→ **What to work on**
Print nothing but the lines below starting at the line that holds "#292=ORIENTED_EDGE('',*,*,#51,.F.);" and ending at the line that holds "#300=PLANE('',#299);", including both, each exactly as written.

Data extract START

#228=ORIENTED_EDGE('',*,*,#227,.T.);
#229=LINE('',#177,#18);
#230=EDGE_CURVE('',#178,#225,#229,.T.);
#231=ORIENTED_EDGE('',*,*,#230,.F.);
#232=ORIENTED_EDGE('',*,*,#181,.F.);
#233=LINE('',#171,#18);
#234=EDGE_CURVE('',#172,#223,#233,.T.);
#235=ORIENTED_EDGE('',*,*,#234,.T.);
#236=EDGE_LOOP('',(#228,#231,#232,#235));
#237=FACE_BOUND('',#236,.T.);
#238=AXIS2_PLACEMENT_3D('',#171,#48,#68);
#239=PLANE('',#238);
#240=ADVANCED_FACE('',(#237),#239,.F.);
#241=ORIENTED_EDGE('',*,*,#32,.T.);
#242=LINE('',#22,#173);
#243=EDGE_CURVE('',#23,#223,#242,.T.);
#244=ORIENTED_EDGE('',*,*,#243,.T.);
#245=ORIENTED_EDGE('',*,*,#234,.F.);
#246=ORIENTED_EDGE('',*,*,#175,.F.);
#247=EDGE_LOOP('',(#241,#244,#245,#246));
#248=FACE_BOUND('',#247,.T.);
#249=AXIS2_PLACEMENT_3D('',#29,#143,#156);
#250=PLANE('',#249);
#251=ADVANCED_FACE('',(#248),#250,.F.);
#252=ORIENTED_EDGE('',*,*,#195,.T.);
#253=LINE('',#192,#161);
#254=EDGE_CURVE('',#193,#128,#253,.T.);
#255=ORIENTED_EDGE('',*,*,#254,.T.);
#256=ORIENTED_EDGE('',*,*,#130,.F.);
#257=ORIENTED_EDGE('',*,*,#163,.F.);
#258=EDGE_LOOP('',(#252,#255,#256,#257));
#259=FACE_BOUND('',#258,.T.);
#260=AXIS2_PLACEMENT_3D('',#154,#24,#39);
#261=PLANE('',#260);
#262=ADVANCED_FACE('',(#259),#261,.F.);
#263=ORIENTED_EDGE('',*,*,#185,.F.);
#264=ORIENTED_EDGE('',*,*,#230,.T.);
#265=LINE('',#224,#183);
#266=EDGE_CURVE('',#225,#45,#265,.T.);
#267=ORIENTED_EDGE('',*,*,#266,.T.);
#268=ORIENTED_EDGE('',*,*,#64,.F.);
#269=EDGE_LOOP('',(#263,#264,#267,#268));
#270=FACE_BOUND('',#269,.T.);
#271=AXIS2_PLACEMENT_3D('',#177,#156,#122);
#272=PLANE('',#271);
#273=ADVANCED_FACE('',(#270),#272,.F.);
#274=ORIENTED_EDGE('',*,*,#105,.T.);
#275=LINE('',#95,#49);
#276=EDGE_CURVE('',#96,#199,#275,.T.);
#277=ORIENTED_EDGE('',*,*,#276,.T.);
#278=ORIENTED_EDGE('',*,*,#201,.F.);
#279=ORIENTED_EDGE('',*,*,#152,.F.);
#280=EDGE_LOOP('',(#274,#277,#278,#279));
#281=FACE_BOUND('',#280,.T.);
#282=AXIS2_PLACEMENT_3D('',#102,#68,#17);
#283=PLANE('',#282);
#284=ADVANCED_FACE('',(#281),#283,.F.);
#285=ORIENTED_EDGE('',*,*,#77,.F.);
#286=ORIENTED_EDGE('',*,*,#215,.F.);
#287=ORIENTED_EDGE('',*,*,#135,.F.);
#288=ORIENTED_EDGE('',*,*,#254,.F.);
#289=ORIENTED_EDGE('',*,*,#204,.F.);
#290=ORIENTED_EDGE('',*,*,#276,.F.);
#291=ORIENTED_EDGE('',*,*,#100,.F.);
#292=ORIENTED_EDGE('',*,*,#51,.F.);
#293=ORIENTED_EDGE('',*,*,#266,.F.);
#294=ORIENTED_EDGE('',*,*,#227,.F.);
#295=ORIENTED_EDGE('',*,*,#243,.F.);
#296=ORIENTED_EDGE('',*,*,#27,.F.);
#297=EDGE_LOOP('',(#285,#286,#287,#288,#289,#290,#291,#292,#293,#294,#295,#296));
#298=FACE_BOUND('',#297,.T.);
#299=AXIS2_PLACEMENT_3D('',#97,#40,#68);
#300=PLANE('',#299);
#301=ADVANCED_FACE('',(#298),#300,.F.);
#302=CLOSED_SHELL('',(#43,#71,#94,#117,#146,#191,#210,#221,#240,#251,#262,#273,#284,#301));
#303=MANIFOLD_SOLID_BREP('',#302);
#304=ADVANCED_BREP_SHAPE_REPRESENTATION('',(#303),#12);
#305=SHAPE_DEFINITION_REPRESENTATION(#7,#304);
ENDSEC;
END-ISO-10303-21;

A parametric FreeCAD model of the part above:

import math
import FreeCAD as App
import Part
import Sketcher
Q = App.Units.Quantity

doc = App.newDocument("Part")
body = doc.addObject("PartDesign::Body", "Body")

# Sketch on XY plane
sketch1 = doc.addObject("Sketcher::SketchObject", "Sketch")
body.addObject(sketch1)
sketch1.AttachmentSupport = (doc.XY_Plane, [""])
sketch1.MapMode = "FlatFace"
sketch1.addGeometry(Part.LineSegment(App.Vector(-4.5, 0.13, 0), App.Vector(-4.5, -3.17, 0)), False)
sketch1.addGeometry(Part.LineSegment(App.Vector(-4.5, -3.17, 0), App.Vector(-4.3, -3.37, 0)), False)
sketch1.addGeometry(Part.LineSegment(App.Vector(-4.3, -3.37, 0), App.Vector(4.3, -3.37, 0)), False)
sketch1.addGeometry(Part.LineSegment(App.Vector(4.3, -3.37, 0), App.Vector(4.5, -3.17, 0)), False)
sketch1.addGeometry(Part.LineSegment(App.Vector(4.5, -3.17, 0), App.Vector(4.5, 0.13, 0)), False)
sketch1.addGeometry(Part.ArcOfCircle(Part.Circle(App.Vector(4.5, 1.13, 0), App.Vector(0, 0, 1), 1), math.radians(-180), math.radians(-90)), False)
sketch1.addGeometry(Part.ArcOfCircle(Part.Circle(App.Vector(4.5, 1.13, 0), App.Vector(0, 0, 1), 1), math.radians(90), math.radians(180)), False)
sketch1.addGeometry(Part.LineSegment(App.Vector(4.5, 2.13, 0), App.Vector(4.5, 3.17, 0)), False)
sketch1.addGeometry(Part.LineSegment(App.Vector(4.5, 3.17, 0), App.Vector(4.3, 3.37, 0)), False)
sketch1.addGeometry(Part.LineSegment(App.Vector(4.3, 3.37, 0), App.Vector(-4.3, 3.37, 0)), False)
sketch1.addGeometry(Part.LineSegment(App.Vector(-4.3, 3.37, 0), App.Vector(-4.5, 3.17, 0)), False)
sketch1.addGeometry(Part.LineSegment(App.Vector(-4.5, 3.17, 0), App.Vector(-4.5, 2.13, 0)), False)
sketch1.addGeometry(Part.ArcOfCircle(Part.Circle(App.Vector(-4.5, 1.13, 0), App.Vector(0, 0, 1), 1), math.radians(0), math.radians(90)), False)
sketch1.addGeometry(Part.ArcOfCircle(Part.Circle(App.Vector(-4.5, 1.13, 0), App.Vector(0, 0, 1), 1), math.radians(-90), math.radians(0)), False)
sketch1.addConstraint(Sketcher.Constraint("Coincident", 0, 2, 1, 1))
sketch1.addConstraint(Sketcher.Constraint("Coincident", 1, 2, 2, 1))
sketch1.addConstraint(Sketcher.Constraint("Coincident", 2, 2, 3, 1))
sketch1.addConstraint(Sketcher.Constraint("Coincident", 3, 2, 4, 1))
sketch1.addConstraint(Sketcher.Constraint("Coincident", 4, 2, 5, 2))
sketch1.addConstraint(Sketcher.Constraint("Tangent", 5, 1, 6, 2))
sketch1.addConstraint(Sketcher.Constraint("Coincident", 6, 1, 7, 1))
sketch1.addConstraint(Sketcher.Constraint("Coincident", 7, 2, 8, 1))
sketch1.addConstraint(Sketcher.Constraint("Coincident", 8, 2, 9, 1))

Data extract END

→ **Response to this task**
#292=ORIENTED_EDGE('',*,*,#51,.F.);
#293=ORIENTED_EDGE('',*,*,#266,.F.);
#294=ORIENTED_EDGE('',*,*,#227,.F.);
#295=ORIENTED_EDGE('',*,*,#243,.F.);
#296=ORIENTED_EDGE('',*,*,#27,.F.);
#297=EDGE_LOOP('',(#285,#286,#287,#288,#289,#290,#291,#292,#293,#294,#295,#296));
#298=FACE_BOUND('',#297,.T.);
#299=AXIS2_PLACEMENT_3D('',#97,#40,#68);
#300=PLANE('',#299);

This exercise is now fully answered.